Depends on how the magnetic containment works. Faraday proved that no static assemblage of magnetic, gravitic, and electric fields can be stable; in other words, a non-dynamic system that depends on only the above three fields will fall apart.
Faraday did not know about two things, though, and that's diamagnetics and antimatter. All materials are either ferro-magnetic, meaning they can take and hold a magnetic field, paramagnetic, meaning they attract magnets, or diamagnetic, meaning they repel magnets. A google search will tell you more.
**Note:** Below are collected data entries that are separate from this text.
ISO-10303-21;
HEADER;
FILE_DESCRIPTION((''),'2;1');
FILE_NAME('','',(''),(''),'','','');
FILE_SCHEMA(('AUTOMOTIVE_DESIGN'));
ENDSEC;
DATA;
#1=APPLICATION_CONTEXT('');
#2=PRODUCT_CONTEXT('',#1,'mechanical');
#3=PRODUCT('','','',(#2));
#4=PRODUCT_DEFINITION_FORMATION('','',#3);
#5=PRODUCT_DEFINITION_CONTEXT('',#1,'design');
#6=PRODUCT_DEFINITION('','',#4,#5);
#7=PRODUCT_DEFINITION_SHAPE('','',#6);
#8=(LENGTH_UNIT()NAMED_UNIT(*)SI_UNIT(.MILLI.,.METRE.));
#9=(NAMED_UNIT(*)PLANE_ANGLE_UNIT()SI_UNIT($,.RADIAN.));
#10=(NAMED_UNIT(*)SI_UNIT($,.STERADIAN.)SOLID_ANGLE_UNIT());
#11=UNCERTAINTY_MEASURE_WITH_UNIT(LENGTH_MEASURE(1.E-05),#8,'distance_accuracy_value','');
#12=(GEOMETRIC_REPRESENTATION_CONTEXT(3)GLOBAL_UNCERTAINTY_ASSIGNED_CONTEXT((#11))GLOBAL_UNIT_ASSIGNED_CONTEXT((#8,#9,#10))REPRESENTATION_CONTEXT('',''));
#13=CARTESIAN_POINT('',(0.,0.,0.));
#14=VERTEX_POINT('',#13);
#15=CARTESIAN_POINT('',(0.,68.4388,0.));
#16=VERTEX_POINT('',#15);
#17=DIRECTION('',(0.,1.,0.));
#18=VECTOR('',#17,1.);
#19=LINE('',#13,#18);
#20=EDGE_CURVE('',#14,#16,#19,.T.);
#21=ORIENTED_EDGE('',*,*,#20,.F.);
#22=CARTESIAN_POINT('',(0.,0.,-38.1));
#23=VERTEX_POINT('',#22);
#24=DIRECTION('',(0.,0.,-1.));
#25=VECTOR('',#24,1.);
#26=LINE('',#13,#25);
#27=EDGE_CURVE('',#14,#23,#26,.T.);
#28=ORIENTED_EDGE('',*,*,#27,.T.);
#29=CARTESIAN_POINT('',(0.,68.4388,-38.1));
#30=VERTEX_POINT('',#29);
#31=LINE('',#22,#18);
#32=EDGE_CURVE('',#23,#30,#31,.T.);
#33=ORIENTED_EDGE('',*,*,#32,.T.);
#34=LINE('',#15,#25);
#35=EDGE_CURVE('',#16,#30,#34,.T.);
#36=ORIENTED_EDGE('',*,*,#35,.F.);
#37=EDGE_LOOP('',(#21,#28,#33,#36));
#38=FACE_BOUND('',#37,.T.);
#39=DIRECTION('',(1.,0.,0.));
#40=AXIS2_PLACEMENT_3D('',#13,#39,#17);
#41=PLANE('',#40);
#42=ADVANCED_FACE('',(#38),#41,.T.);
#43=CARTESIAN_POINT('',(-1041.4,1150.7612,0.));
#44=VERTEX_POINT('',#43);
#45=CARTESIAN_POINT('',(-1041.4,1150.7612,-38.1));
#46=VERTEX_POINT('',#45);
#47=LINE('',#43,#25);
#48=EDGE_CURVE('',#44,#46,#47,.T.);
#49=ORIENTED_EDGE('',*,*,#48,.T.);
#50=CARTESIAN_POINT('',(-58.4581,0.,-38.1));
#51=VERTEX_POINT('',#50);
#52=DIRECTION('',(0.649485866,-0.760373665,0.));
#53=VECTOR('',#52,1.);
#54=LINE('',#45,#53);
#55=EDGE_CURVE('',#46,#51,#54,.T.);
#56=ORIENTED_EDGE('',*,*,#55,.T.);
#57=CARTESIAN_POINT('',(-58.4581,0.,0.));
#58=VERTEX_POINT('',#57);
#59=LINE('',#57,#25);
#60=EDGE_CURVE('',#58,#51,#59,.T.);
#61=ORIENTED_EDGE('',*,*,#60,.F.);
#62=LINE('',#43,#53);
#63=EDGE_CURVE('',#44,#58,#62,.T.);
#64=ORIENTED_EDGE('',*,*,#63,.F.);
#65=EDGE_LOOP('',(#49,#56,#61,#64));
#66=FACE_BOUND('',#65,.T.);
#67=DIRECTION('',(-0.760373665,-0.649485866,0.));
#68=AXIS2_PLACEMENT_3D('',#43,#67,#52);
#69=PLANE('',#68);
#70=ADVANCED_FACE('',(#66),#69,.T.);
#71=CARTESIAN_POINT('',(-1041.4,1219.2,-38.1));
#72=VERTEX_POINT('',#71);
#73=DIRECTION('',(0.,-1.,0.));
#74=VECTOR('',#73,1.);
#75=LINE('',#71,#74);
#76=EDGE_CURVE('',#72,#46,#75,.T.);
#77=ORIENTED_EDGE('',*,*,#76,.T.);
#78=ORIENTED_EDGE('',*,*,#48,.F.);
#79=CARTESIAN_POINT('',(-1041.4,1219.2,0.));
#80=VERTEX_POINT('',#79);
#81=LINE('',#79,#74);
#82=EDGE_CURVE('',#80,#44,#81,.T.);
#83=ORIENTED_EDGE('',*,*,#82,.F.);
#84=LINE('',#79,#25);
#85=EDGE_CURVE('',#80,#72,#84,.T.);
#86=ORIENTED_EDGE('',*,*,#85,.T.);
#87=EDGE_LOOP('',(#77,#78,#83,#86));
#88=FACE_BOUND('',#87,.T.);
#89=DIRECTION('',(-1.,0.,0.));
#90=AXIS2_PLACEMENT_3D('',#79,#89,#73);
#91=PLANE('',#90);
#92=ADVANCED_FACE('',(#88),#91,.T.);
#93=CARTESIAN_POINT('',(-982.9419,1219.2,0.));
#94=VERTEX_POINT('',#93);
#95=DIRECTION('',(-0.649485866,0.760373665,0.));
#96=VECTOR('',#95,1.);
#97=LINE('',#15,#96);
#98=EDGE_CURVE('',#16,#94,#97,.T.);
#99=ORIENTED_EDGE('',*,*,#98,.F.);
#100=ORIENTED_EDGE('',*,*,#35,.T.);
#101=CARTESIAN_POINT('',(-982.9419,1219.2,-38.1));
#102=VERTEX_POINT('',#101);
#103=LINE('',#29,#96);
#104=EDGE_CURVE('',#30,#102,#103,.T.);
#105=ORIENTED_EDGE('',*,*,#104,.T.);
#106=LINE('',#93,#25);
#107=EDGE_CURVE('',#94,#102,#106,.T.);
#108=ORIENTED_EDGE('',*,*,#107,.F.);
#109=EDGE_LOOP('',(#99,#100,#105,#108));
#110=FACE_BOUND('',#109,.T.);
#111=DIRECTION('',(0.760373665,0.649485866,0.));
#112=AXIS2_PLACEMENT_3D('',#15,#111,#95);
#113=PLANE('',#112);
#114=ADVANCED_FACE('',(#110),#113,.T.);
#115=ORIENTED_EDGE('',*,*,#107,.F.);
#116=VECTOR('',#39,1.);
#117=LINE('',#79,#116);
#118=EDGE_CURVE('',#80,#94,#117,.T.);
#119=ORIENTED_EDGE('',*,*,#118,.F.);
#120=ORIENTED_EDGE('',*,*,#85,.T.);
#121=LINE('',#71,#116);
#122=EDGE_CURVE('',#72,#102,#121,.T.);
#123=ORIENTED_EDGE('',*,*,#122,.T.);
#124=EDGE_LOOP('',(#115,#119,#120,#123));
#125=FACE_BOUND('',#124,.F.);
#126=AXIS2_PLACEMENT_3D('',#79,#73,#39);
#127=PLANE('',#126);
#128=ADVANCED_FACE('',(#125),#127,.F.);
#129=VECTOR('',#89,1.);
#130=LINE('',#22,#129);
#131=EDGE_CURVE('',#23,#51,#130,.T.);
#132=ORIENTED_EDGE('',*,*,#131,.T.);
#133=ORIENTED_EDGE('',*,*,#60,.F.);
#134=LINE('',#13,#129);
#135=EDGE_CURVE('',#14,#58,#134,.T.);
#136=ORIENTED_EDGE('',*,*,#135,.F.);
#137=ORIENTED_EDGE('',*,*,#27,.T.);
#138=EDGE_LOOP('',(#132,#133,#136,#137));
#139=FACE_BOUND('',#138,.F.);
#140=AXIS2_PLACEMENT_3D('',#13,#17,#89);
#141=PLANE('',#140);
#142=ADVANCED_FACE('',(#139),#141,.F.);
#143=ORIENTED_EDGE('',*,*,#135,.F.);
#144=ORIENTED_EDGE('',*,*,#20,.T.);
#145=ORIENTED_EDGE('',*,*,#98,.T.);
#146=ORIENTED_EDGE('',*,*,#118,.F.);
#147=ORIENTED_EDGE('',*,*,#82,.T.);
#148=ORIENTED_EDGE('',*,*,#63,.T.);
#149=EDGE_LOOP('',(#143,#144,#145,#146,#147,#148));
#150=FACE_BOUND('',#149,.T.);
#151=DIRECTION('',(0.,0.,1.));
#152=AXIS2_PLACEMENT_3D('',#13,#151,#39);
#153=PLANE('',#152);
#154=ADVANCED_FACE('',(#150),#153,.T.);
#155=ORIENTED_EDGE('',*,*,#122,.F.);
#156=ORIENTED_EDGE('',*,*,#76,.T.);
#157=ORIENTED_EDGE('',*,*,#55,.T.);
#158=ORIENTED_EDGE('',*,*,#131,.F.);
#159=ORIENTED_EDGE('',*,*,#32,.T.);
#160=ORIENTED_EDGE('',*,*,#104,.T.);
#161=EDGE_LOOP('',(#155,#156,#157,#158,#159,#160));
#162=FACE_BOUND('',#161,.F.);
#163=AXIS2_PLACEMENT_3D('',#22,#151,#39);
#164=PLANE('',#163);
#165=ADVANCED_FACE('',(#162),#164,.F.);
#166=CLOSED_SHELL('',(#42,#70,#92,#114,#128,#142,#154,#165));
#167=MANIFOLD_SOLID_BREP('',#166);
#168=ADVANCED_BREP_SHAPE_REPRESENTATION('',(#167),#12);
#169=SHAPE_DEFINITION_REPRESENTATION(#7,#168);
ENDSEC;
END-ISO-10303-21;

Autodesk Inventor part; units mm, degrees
ref_plane "YZ Plane" through (0, 0, 0) normal (1, 0, 0) x (0, 1, 0)
ref_plane "XZ Plane" through (0, 0, 0) normal (0, 1, 0) x (-1, 0, 0)
ref_plane "XY Plane" through (0, 0, 0) normal (0, 0, 1) x (1, 0, 0)
sketch "Sketch1" plane through (0, 0, 0) normal (0, 0, 1) x (1, 0, 0)
  line L0 (-1041.4, 1219.2) -> (-1041.4, 0) projected
  line L1 (-1041.4, 1219.2) -> (0, 1219.2) projected
  line L2 (0, 0) -> (0, 1219.2) projected
  line L3 (0, 0) -> (-1041.4, 0) projected
  line L4 (0, 0) -> (0, 68.4388)
  line L5 (0, 68.4388) -> (-982.9419, 1219.2)
  line L6 (-982.9419, 1219.2) -> (-1041.4, 1219.2)
  line L7 (-1041.4, 1219.2) -> (-1041.4, 1150.7612)
  line L8 (-1041.4, 1150.7612) -> (-58.4581, 0)
  line L9 (-58.4581, 0) -> (0, 0)
extrude "Extrusion1" add sketch "Sketch1" against normal blind 38.1 contours L1 L5 L2 L3 L8 L0
properties part number "44x2x4"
Faraday's proof doesn't work for diamagnetic materials. However, most materials are only very slightly diamagnetic. Water, bismuth, and a certain kind of graphite are the most diamagnetic. I have succesfully levitated a very small slice of graphite using permanent magnets.
Someone once levitated a frog. That magnet was a 10 Tesla magnet, though; there are no permanent magnet technologies that can get anywhere close to that magnetic strength.
The only way you could do it with permanent magnets is if antimatter happens to be diamagnetic. This would be the case if, for instance, we find that antimatter's magnetic fields respond oppositely to that of normal matter; anti-steel, for instance, would not be paramagnetic but strongly diamagnetic.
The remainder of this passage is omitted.